** Opening Listed entries block **

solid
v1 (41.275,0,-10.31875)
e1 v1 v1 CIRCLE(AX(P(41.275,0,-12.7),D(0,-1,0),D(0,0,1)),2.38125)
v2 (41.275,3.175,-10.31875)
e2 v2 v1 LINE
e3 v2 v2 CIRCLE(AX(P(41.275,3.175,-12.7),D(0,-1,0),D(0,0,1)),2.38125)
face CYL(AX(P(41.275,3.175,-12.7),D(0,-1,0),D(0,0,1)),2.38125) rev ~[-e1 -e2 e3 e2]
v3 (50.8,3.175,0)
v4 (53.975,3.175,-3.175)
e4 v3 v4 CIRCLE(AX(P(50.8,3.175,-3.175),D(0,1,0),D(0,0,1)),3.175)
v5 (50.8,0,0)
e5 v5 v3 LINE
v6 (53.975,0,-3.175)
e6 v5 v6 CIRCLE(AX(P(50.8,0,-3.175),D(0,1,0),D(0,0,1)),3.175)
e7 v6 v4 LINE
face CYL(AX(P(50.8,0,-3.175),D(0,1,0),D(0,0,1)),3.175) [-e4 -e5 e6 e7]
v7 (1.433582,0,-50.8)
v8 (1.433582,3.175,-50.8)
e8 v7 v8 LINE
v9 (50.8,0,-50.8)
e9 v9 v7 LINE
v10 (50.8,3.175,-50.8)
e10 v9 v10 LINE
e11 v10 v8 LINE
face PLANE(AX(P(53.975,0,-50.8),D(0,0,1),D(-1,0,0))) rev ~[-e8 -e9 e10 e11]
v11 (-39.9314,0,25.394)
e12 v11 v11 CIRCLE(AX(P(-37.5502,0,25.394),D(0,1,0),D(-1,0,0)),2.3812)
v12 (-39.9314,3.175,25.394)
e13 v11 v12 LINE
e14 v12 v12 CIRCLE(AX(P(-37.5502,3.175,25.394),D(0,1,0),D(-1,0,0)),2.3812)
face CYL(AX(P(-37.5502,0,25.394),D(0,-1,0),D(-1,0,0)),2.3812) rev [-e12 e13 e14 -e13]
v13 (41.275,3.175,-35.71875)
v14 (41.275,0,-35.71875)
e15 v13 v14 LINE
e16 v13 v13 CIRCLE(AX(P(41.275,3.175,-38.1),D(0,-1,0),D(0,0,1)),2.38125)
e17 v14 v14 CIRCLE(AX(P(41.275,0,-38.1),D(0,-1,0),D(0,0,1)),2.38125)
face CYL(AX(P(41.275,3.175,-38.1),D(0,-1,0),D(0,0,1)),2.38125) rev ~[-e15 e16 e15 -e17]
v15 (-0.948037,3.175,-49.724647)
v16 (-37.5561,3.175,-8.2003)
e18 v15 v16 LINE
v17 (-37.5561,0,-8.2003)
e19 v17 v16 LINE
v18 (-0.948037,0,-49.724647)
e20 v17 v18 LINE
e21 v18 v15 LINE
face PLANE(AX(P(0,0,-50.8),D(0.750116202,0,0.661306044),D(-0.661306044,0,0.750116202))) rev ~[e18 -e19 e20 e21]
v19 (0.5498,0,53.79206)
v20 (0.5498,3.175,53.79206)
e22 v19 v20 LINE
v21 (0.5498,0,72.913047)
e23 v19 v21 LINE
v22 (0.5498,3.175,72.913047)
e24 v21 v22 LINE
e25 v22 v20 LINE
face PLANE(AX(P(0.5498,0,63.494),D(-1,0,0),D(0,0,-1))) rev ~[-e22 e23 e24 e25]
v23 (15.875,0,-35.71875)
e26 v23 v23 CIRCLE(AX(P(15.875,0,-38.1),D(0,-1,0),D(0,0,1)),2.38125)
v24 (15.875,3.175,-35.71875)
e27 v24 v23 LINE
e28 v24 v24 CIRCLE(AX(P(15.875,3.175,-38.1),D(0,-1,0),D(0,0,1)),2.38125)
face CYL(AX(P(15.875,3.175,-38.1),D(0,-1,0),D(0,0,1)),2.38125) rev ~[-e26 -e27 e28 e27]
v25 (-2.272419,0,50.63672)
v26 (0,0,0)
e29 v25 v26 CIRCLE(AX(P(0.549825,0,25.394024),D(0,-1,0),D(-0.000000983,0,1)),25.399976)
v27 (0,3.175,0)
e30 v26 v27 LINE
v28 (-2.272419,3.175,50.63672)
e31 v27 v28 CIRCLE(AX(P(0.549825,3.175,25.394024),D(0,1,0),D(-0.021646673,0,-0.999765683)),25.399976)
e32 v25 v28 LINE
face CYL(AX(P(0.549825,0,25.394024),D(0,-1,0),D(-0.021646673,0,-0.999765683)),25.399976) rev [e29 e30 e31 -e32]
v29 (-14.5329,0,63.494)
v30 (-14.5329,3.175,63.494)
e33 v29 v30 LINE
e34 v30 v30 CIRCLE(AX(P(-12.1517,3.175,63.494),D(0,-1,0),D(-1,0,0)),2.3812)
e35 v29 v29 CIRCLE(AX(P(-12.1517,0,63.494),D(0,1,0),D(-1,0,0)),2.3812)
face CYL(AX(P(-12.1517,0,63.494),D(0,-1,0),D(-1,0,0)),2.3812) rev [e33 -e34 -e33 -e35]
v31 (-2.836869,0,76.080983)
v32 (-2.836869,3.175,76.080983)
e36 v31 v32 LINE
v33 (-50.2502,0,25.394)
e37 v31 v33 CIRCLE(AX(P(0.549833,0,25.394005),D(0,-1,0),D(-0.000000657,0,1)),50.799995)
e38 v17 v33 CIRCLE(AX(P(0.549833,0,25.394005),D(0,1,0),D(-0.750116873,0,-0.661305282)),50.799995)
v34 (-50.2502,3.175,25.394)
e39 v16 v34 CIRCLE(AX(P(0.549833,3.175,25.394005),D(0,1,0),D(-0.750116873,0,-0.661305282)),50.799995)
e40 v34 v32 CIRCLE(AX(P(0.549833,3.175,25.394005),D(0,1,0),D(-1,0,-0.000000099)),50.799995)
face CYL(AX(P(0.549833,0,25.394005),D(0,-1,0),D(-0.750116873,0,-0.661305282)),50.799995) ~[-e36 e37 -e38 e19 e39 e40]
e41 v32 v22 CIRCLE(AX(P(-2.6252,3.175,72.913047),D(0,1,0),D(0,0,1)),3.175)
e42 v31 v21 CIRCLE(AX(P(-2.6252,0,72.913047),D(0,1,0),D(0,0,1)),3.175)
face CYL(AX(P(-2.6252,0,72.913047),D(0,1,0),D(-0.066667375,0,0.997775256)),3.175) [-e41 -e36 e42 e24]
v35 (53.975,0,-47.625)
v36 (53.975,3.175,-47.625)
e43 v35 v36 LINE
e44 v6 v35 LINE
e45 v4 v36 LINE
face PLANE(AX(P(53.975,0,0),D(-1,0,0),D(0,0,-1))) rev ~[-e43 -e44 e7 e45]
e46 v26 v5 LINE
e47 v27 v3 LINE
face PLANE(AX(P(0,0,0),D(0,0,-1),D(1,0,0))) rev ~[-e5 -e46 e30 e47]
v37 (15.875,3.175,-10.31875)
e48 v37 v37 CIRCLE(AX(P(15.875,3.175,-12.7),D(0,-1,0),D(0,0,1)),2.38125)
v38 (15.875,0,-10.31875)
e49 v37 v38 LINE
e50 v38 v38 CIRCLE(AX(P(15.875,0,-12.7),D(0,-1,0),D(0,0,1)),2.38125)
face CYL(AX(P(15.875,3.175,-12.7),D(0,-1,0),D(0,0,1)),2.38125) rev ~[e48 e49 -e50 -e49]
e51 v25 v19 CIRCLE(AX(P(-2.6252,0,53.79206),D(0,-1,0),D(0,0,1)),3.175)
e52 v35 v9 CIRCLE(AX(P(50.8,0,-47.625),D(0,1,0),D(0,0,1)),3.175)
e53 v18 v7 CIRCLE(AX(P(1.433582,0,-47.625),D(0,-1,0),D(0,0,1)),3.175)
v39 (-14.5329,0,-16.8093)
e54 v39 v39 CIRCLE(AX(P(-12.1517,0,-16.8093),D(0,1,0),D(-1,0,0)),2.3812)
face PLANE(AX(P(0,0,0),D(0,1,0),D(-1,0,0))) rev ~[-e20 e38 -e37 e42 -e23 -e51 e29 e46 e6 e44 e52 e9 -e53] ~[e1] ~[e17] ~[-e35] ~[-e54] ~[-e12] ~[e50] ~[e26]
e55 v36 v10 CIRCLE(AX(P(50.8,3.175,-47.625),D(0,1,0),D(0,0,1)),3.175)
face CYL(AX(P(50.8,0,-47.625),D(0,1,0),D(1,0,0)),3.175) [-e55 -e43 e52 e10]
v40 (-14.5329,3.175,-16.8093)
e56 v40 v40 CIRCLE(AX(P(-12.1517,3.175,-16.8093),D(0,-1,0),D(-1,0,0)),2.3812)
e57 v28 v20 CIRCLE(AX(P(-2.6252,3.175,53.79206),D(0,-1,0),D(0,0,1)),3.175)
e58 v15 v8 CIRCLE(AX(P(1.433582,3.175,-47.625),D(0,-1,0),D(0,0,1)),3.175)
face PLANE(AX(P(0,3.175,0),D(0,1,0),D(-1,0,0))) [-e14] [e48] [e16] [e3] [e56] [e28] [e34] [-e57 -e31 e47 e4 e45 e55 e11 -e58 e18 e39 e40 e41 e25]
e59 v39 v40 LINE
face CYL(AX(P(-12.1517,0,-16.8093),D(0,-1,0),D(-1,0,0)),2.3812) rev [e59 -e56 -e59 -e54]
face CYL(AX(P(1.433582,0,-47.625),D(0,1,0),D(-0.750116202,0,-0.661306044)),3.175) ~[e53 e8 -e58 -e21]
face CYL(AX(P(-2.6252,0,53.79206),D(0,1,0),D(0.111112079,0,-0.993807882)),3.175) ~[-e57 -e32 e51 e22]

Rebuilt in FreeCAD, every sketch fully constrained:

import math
import FreeCAD as App
import Part
import Sketcher

V = App.Vector
Q = App.Units.Quantity


def edges_at(feature, points):
    """Names of the edges that pass closest to the given points."""
    edges = feature.Shape.Edges
    near = lambda p: min(range(len(edges)), key=lambda i: edges[i].distToShape(Part.Vertex(*p))[0])
    return sorted({f"Edge{near(p) + 1}" for p in points})

doc = App.newDocument("Part")
body = doc.addObject("PartDesign::Body", "Body")

# Sketch on XZ plane
sketch1 = doc.addObject("Sketcher::SketchObject", "Sketch")
body.addObject(sketch1)
sketch1.AttachmentSupport = (doc.XZ_Plane, [""])
sketch1.MapMode = "FlatFace"
sketch1.addGeometry(Part.LineSegment(V(0, 0, 0), V(54, 0, 0)), False)
sketch1.addGeometry(Part.LineSegment(V(54, 0, 0), V(54, -51, 0)), False)
sketch1.addGeometry(Part.LineSegment(V(54, -51, 0), V(0, -51, 0)), False)
sketch1.addGeometry(Part.LineSegment(V(0, -51, 0), V(-38, -8, 0)), False)
sketch1.addGeometry(Part.ArcOfCircle(Part.Circle(V(1, 25, 0), V(0, 0, 1), 51), math.radians(180), math.radians(221)), False)
sketch1.addGeometry(Part.ArcOfCircle(Part.Circle(V(1, 25, 0), V(0, 0, 1), 51), math.radians(90), math.radians(180)), False)
sketch1.addGeometry(Part.LineSegment(V(1, 76, 0), V(1, 51, 0)), False)
sketch1.addGeometry(Part.ArcOfCircle(Part.Circle(V(1, 25, 0), V(0, 0, 1), 25), math.radians(90), math.radians(269)), False)
sketch1.addConstraint(Sketcher.Constraint("Coincident", 0, 2, 1, 1))
sketch1.addConstraint(Sketcher.Constraint("Coincident", 1, 2, 2, 1))
sketch1.addConstraint(Sketcher.Constraint("Coincident", 2, 2, 3, 1))
sketch1.addConstraint(Sketcher.Constraint("Tangent", 3, 2, 4, 2))
sketch1.addConstraint(Sketcher.Constraint("Tangent", 4, 1, 5, 2))
sketch1.addConstraint(Sketcher.Constraint("Coincident", 5, 1, 6, 1))
sketch1.addConstraint(Sketcher.Constraint("Coincident", 6, 2, 7, 1))
sketch1.addConstraint(Sketcher.Constraint("Coincident", 7, 2, 0, 1))
sketch1.addConstraint(Sketcher.Constraint("Horizontal", 0))
sketch1.addConstraint(Sketcher.Constraint("Vertical", 1))
sketch1.addConstraint(Sketcher.Constraint("Horizontal", 2))
sketch1.addConstraint(Sketcher.Constraint("Vertical", 6))
sketch1.addConstraint(Sketcher.Constraint("Coincident", 7, 2, -1, 1))
sketch1.addConstraint(Sketcher.Constraint("Coincident", 7, 3, 4, 3))
sketch1.addConstraint(Sketcher.Constraint("Equal", 4, 5))
sketch1.addConstraint(Sketcher.Constraint("PointOnObject", 2, 2, -2))
sketch1.addConstraint(Sketcher.Constraint("Horizontal", 7, 3, 4, 1))
sketch1.addConstraint(Sketcher.Constraint("Vertical", 7, 3, 5, 1))
sketch1.addConstraint(Sketcher.Constraint("Radius", 4, Q("2 in")))
sketch1.addConstraint(Sketcher.Constraint("Radius", 7, Q("1 in")))
sketch1.addConstraint(Sketcher.Constraint("DistanceY", 1, 2, 1, 1, Q("2 in")))
sketch1.addConstraint(Sketcher.Constraint("DistanceX", 0, 1, 0, 2, Q("2.125 in")))
sketch1.addConstraint(Sketcher.Constraint("Angle", 3, Q("131.3996 deg")))
pad1 = doc.addObject("PartDesign::Pad", "Pad")
body.addObject(pad1)
pad1.Profile = sketch1
pad1.Length = Q("0.125 in")
pad1.Reversed = True
doc.recompute()

fillet = doc.addObject("PartDesign::Fillet", "Fillet")
body.addObject(fillet)
fillet.Base = (pad1, edges_at(pad1, [
    (0, 1.587, -50.8),
    (53.975, 1.587, -50.8),
    (53.975, 1.587, 0),
    (0.55, 1.587, 50.794),
    (0.55, 1.587, 76.194),
]))
fillet.Radius = Q("0.125 in")

# Sketch on XZ plane
sketch2 = doc.addObject("Sketcher::SketchObject", "Sketch001")
body.addObject(sketch2)
sketch2.AttachmentSupport = (doc.XZ_Plane, [""])
sketch2.MapMode = "FlatFace"
sketch2.AttachmentOffset = App.Placement(V(0, 0, -0.125 * 25.4), App.Rotation())
sketch2.addGeometry(Part.Circle(V(15.9, -38.1, 0), V(0, 0, 1), 2.4), False)
sketch2.addGeometry(Part.Circle(V(15.9, -12.7, 0), V(0, 0, 1), 2.4), False)
sketch2.addGeometry(Part.Circle(V(41.3, -12.7, 0), V(0, 0, 1), 2.4), False)
sketch2.addGeometry(Part.Circle(V(41.3, -38.1, 0), V(0, 0, 1), 2.4), False)
sketch2.addConstraint(Sketcher.Constraint("Equal", 0, 1))
sketch2.addConstraint(Sketcher.Constraint("Equal", 1, 2))
sketch2.addConstraint(Sketcher.Constraint("Equal", 2, 3))
sketch2.addConstraint(Sketcher.Constraint("Horizontal", 1, 3, 2, 3))
sketch2.addConstraint(Sketcher.Constraint("Horizontal", 0, 3, 3, 3))
sketch2.addConstraint(Sketcher.Constraint("Vertical", 0, 3, 1, 3))
sketch2.addConstraint(Sketcher.Constraint("Vertical", 2, 3, 3, 3))
sketch2.addConstraint(Sketcher.Constraint("Diameter", 0, Q("0.1875 in")))
sketch2.addConstraint(Sketcher.Constraint("DistanceY", 0, 3, 1, 3, Q("1 in")))
sketch2.addConstraint(Sketcher.Constraint("DistanceX", 1, 3, 2, 3, Q("1 in")))
sketch2.addConstraint(Sketcher.Constraint("DistanceY", 0, 3, -1, 1, Q("1.5 in")))
sketch2.addConstraint(Sketcher.Constraint("DistanceX", -1, 1, 0, 3, Q("0.625 in")))
doc.recompute()
hole = doc.addObject("PartDesign::Hole", "Hole")
body.addObject(hole)
hole.Profile = sketch2
hole.ThreadType = "None"
hole.Diameter = Q("0.1875 in")
hole.DepthType = "ThroughAll"
hole.Reversed = True

# Sketch on XZ plane
sketch3 = doc.addObject("Sketcher::SketchObject", "Sketch002")
body.addObject(sketch3)
sketch3.AttachmentSupport = (doc.XZ_Plane, [""])
sketch3.MapMode = "FlatFace"
sketch3.addGeometry(Part.Circle(V(-37.6, 25.4, 0), V(0, 0, 1), 2.4), False)
sketch3.addGeometry(Part.Circle(V(-12.2, -16.8, 0), V(0, 0, 1), 2.4), False)
sketch3.addGeometry(Part.Circle(V(-12.2, 63.5, 0), V(0, 0, 1), 2.4), False)
sketch3.addConstraint(Sketcher.Constraint("Equal", 0, 1))
sketch3.addConstraint(Sketcher.Constraint("Equal", 1, 2))
sketch3.addConstraint(Sketcher.Constraint("Vertical", 1, 3, 2, 3))
sketch3.addConstraint(Sketcher.Constraint("Diameter", 0, Q("0.1875 in")))
sketch3.addConstraint(Sketcher.Constraint("DistanceY", 0, 3, 2, 3, Q("1.5 in")))
sketch3.addConstraint(Sketcher.Constraint("DistanceX", 0, 3, -1, 1, Q("37.5502 mm")))
sketch3.addConstraint(Sketcher.Constraint("DistanceY", -1, 1, 0, 3, Q("25.394 mm")))
sketch3.addConstraint(Sketcher.Constraint("DistanceX", 1, 3, -1, 1, Q("12.1517 mm")))
sketch3.addConstraint(Sketcher.Constraint("DistanceY", 1, 3, -1, 1, Q("16.8093 mm")))
pocket1 = doc.addObject("PartDesign::Pocket", "Pocket")
body.addObject(pocket1)
pocket1.Profile = sketch3
pocket1.Length = Q("0.125 in")

doc.recompute()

** Closing Listed entries block **

From the material above, set down exactly the lines starting at the one with "v39 (-14.5329,0,-16.8093)" and ending at the one with "Rebuilt in FreeCAD, every", end lines included.

:: Answer to the problem ::
v39 (-14.5329,0,-16.8093)
e54 v39 v39 CIRCLE(AX(P(-12.1517,0,-16.8093),D(0,1,0),D(-1,0,0)),2.3812)
face PLANE(AX(P(0,0,0),D(0,1,0),D(-1,0,0))) rev ~[-e20 e38 -e37 e42 -e23 -e51 e29 e46 e6 e44 e52 e9 -e53] ~[e1] ~[e17] ~[-e35] ~[-e54] ~[-e12] ~[e50] ~[e26]
e55 v36 v10 CIRCLE(AX(P(50.8,3.175,-47.625),D(0,1,0),D(0,0,1)),3.175)
face CYL(AX(P(50.8,0,-47.625),D(0,1,0),D(1,0,0)),3.175) [-e55 -e43 e52 e10]
v40 (-14.5329,3.175,-16.8093)
e56 v40 v40 CIRCLE(AX(P(-12.1517,3.175,-16.8093),D(0,-1,0),D(-1,0,0)),2.3812)
e57 v28 v20 CIRCLE(AX(P(-2.6252,3.175,53.79206),D(0,-1,0),D(0,0,1)),3.175)
e58 v15 v8 CIRCLE(AX(P(1.433582,3.175,-47.625),D(0,-1,0),D(0,0,1)),3.175)
face PLANE(AX(P(0,3.175,0),D(0,1,0),D(-1,0,0))) [-e14] [e48] [e16] [e3] [e56] [e28] [e34] [-e57 -e31 e47 e4 e45 e55 e11 -e58 e18 e39 e40 e41 e25]
e59 v39 v40 LINE
face CYL(AX(P(-12.1517,0,-16.8093),D(0,-1,0),D(-1,0,0)),2.3812) rev [e59 -e56 -e59 -e54]
face CYL(AX(P(1.433582,0,-47.625),D(0,1,0),D(-0.750116202,0,-0.661306044)),3.175) ~[e53 e8 -e58 -e21]
face CYL(AX(P(-2.6252,0,53.79206),D(0,1,0),D(0.111112079,0,-0.993807882)),3.175) ~[-e57 -e32 e51 e22]

Rebuilt in FreeCAD, every sketch fully constrained:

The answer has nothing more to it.